> [DIRECTIONS FOR THIS TASK]: For the listing below, output exactly the lines from the line with "v 592.526 -5.879 171.559" up to and including the line with "v 501.493 -5 0", and no other lines.

DATA section start

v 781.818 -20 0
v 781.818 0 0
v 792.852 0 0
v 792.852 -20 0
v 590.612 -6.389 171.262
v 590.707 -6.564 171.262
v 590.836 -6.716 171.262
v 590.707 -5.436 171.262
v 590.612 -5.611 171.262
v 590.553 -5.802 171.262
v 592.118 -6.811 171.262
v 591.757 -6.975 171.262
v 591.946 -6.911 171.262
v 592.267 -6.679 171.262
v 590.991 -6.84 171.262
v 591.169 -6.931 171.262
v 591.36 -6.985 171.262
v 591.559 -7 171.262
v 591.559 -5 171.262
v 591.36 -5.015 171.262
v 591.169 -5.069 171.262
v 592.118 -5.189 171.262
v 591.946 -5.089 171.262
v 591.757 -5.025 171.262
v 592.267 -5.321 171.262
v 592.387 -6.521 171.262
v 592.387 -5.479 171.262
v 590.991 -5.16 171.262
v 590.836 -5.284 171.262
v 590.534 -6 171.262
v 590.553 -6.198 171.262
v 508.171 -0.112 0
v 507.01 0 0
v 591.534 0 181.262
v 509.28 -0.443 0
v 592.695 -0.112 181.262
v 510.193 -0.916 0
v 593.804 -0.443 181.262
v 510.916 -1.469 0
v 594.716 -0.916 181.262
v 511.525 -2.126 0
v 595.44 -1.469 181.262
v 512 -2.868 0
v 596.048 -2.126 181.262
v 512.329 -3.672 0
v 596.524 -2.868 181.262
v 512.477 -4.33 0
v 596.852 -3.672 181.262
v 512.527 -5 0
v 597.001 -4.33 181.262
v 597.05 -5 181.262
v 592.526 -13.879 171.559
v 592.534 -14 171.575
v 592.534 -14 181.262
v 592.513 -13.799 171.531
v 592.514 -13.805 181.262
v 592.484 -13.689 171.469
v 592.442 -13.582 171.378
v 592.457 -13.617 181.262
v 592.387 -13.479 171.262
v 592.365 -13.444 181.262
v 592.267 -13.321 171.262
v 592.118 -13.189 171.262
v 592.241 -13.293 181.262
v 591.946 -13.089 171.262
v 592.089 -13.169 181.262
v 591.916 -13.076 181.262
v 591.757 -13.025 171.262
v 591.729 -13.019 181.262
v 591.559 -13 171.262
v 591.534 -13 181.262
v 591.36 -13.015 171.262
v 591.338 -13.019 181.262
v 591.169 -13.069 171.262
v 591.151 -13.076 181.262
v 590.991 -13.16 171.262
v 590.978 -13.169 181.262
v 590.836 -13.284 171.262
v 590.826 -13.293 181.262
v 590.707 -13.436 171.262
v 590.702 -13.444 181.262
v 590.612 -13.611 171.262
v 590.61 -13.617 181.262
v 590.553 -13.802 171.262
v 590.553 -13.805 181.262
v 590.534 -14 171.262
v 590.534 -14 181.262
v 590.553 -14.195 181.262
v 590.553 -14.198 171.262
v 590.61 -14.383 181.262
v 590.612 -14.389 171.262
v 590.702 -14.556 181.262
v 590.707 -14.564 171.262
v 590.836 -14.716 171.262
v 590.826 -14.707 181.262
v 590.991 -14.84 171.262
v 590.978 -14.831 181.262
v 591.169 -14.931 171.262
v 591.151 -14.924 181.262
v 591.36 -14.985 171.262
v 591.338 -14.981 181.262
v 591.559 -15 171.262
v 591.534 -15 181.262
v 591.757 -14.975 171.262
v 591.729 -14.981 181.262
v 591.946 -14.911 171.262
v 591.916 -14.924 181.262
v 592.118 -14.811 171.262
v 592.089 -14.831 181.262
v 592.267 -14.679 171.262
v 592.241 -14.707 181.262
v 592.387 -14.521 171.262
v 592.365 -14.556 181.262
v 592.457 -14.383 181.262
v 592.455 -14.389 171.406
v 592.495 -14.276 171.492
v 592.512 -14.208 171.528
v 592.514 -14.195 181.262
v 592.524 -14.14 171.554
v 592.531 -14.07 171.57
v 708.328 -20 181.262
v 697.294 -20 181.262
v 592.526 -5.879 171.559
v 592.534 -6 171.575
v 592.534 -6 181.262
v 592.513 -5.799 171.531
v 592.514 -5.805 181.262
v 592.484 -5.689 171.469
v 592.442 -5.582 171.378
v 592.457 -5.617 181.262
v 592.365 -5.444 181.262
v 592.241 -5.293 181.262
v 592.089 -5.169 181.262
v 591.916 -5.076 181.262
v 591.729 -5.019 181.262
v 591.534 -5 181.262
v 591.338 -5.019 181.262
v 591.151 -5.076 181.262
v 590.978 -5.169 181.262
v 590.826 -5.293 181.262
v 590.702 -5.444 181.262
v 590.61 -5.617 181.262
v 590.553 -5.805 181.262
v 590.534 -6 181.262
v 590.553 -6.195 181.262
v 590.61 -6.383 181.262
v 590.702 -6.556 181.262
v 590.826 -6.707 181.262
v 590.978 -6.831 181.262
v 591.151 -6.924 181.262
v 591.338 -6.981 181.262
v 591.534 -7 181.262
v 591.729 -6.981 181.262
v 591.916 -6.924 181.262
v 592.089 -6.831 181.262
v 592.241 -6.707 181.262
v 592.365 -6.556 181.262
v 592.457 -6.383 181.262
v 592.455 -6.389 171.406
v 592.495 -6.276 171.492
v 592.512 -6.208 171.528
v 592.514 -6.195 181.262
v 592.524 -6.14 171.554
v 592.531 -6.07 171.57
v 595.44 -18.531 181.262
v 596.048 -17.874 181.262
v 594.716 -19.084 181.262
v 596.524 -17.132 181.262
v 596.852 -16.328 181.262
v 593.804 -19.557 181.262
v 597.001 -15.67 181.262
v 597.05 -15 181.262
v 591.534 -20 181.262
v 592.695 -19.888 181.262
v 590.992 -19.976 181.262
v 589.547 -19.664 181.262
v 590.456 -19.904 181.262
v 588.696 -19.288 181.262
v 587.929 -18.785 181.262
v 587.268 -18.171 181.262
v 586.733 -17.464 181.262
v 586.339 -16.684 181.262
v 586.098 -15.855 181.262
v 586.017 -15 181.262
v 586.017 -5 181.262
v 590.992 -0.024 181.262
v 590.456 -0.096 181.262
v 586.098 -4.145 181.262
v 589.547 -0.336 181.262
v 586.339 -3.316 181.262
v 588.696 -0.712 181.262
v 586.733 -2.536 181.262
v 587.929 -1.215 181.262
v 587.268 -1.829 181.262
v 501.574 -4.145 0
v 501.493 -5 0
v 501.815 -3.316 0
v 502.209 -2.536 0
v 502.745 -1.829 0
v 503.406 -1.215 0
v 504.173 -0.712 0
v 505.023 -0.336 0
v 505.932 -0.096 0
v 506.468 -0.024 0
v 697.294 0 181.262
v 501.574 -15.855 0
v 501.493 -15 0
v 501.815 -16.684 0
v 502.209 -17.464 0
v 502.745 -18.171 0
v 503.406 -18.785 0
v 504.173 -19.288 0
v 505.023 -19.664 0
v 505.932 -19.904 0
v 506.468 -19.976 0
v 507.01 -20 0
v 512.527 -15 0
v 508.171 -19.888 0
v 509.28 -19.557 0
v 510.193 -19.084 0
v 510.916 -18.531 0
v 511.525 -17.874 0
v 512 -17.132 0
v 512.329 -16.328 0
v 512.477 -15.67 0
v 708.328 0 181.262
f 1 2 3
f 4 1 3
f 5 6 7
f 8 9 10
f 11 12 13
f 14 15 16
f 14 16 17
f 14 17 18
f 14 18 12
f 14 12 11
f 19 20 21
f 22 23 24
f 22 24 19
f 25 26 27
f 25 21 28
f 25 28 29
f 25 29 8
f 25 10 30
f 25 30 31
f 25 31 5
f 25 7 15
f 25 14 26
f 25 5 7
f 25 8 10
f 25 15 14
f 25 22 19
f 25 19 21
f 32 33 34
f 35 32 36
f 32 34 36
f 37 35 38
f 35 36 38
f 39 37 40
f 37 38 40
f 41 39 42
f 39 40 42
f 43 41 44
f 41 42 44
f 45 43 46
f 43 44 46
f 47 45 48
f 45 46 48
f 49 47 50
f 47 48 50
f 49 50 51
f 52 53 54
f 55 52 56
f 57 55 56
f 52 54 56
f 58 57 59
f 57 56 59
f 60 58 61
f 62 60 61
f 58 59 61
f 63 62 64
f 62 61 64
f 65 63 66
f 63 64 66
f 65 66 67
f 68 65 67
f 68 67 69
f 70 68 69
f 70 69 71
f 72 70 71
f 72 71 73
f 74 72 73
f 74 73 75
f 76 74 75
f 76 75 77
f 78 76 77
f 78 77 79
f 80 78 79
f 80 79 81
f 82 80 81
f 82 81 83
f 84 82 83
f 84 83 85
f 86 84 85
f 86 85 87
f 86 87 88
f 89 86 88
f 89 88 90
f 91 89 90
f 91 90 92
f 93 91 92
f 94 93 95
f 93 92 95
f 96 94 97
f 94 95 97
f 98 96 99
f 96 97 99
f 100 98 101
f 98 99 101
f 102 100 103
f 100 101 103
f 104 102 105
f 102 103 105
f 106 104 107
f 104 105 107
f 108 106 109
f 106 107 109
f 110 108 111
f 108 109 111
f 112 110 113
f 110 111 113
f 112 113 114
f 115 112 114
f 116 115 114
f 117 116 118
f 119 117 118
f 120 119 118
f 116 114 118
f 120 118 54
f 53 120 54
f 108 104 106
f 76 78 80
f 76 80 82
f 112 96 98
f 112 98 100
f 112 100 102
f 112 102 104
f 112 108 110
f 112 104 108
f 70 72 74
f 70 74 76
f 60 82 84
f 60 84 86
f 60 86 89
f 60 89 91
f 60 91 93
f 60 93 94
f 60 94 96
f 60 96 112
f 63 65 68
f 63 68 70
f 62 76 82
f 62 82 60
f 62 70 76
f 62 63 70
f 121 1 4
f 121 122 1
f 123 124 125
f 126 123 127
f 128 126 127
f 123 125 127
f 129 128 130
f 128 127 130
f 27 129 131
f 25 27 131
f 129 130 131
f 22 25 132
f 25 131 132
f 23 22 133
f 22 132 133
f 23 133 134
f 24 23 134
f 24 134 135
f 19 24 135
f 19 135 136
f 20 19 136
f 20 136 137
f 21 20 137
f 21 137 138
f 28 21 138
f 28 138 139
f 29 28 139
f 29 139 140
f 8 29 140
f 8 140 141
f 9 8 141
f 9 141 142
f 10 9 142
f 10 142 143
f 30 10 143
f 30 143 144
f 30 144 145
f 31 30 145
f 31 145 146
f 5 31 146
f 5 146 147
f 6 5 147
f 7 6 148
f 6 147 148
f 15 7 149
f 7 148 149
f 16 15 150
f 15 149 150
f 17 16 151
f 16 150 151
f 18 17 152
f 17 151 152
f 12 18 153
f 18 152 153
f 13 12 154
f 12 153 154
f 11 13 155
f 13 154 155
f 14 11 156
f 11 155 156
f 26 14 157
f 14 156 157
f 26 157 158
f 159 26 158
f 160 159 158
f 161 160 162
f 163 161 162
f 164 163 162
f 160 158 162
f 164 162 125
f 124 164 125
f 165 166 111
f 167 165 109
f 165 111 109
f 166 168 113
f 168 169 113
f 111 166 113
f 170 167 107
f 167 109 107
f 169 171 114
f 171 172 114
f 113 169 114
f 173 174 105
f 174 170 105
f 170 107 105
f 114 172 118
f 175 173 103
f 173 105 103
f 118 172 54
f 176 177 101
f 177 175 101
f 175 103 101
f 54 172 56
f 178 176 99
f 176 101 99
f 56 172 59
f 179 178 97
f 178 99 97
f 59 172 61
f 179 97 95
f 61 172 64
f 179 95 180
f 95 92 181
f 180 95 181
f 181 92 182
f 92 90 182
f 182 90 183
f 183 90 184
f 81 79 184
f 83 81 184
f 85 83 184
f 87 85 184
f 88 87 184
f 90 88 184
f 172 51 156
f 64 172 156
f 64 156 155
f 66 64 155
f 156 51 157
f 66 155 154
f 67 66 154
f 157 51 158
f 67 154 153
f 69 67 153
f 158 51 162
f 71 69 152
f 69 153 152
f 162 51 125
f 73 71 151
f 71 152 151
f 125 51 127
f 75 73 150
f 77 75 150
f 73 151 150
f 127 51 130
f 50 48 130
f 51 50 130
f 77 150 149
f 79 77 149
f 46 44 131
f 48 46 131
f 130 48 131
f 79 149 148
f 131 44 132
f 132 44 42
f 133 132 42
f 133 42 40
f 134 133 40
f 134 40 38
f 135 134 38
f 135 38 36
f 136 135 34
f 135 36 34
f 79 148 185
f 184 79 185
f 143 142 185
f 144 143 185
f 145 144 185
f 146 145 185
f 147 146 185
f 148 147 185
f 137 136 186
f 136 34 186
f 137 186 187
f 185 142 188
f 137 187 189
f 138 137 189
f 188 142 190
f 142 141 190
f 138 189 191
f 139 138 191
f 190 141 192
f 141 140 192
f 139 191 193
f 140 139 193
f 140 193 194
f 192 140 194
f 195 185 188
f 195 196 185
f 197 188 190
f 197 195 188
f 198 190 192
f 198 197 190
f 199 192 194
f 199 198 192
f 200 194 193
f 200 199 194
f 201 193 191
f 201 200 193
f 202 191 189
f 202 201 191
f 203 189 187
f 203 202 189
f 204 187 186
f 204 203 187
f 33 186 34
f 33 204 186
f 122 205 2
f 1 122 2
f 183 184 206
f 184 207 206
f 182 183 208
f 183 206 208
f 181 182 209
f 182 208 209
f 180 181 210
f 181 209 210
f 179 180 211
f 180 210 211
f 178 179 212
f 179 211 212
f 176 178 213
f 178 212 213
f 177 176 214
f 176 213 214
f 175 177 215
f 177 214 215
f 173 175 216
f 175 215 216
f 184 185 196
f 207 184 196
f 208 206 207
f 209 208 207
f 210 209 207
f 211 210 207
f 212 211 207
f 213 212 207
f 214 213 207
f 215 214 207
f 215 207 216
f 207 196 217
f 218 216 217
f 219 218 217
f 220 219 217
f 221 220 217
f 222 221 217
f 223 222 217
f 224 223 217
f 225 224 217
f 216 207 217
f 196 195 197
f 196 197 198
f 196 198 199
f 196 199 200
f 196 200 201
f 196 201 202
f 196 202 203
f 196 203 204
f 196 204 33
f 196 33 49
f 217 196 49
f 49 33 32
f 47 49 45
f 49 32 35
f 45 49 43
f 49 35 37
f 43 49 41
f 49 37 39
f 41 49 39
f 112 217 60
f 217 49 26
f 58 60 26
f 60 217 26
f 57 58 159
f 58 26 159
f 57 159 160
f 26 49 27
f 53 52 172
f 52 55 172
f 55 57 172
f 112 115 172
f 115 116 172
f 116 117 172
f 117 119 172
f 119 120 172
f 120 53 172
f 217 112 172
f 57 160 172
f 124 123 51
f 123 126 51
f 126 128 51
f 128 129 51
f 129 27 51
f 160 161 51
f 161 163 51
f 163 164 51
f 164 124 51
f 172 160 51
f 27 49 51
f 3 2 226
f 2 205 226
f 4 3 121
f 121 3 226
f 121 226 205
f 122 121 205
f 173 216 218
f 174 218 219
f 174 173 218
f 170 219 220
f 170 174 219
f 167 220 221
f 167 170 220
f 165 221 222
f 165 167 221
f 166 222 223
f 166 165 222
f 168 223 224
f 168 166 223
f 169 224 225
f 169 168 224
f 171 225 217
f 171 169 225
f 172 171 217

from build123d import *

# Parameters (mm, degrees)
F1_DEPTH = 20
F2_R     = 1
F3_DEPTH = 10
F4_R     = 4.99999


# Not quite as in the source:
# - a fillet or chamfer is up to 0.001 mm smaller than in the source, because OpenCascade refuses the exact size


with BuildPart() as f1:
    # F0 (on Front) → F1 (new body)
    with BuildSketch(Plane.XZ):
        Polygon((586.0166443916, 181.2615574073), (501.4929920435, 0), (512.5267712331, 0), (597.0504235813, 181.2615574073), align=None)
    extrude(amount=F1_DEPTH)

    # F2 (on face) → F3 (cut)
    with BuildSketch(Plane.XY.offset(181.2615574073)):
        with Locations((591.5335339864, -6)):
            Circle(F2_R)
        with Locations((591.5335339864, -14)):
            Circle(F2_R)
    extrude(amount=-F3_DEPTH, mode=Mode.SUBTRACT)

    # F4 (radius 5 in the source; OpenCascade refuses exactly that, so slightly less here)
    f4_edges = [f1.edges().sort_by_distance(p)[0] for p in [
        (543.754818, -20, 90.630779),
        (543.754818, 0, 90.630779),
        (554.788597, -20, 90.630779),
        (554.788597, 0, 90.630779),
    ]]
    fillet(f4_edges, radius=F4_R)


with BuildPart() as f1b:
    # F0 (on Front) → F1, piece 2 (new body)
    with BuildSketch(Plane.XZ):
        Polygon((781.8177731776, 0), (792.8515523672, 0), (708.3279000191, 181.2615574073), (697.2941208294, 181.2615574073), align=None)
    extrude(amount=F1_DEPTH)


solid = Compound([f1.part, f1b.part])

DATA section end

> [EXERCISE RESPONSE]:
v 592.526 -5.879 171.559
v 592.534 -6 171.575
v 592.534 -6 181.262
v 592.513 -5.799 171.531
v 592.514 -5.805 181.262
v 592.484 -5.689 171.469
v 592.442 -5.582 171.378
v 592.457 -5.617 181.262
v 592.365 -5.444 181.262
v 592.241 -5.293 181.262
v 592.089 -5.169 181.262
v 591.916 -5.076 181.262
v 591.729 -5.019 181.262
v 591.534 -5 181.262
v 591.338 -5.019 181.262
v 591.151 -5.076 181.262
v 590.978 -5.169 181.262
v 590.826 -5.293 181.262
v 590.702 -5.444 181.262
v 590.61 -5.617 181.262
v 590.553 -5.805 181.262
v 590.534 -6 181.262
v 590.553 -6.195 181.262
v 590.61 -6.383 181.262
v 590.702 -6.556 181.262
v 590.826 -6.707 181.262
v 590.978 -6.831 181.262
v 591.151 -6.924 181.262
v 591.338 -6.981 181.262
v 591.534 -7 181.262
v 591.729 -6.981 181.262
v 591.916 -6.924 181.262
v 592.089 -6.831 181.262
v 592.241 -6.707 181.262
v 592.365 -6.556 181.262
v 592.457 -6.383 181.262
v 592.455 -6.389 171.406
v 592.495 -6.276 171.492
v 592.512 -6.208 171.528
v 592.514 -6.195 181.262
v 592.524 -6.14 171.554
v 592.531 -6.07 171.57
v 595.44 -18.531 181.262
v 596.048 -17.874 181.262
v 594.716 -19.084 181.262
v 596.524 -17.132 181.262
v 596.852 -16.328 181.262
v 593.804 -19.557 181.262
v 597.001 -15.67 181.262
v 597.05 -15 181.262
v 591.534 -20 181.262
v 592.695 -19.888 181.262
v 590.992 -19.976 181.262
v 589.547 -19.664 181.262
v 590.456 -19.904 181.262
v 588.696 -19.288 181.262
v 587.929 -18.785 181.262
v 587.268 -18.171 181.262
v 586.733 -17.464 181.262
v 586.339 -16.684 181.262
v 586.098 -15.855 181.262
v 586.017 -15 181.262
v 586.017 -5 181.262
v 590.992 -0.024 181.262
v 590.456 -0.096 181.262
v 586.098 -4.145 181.262
v 589.547 -0.336 181.262
v 586.339 -3.316 181.262
v 588.696 -0.712 181.262
v 586.733 -2.536 181.262
v 587.929 -1.215 181.262
v 587.268 -1.829 181.262
v 501.574 -4.145 0
v 501.493 -5 0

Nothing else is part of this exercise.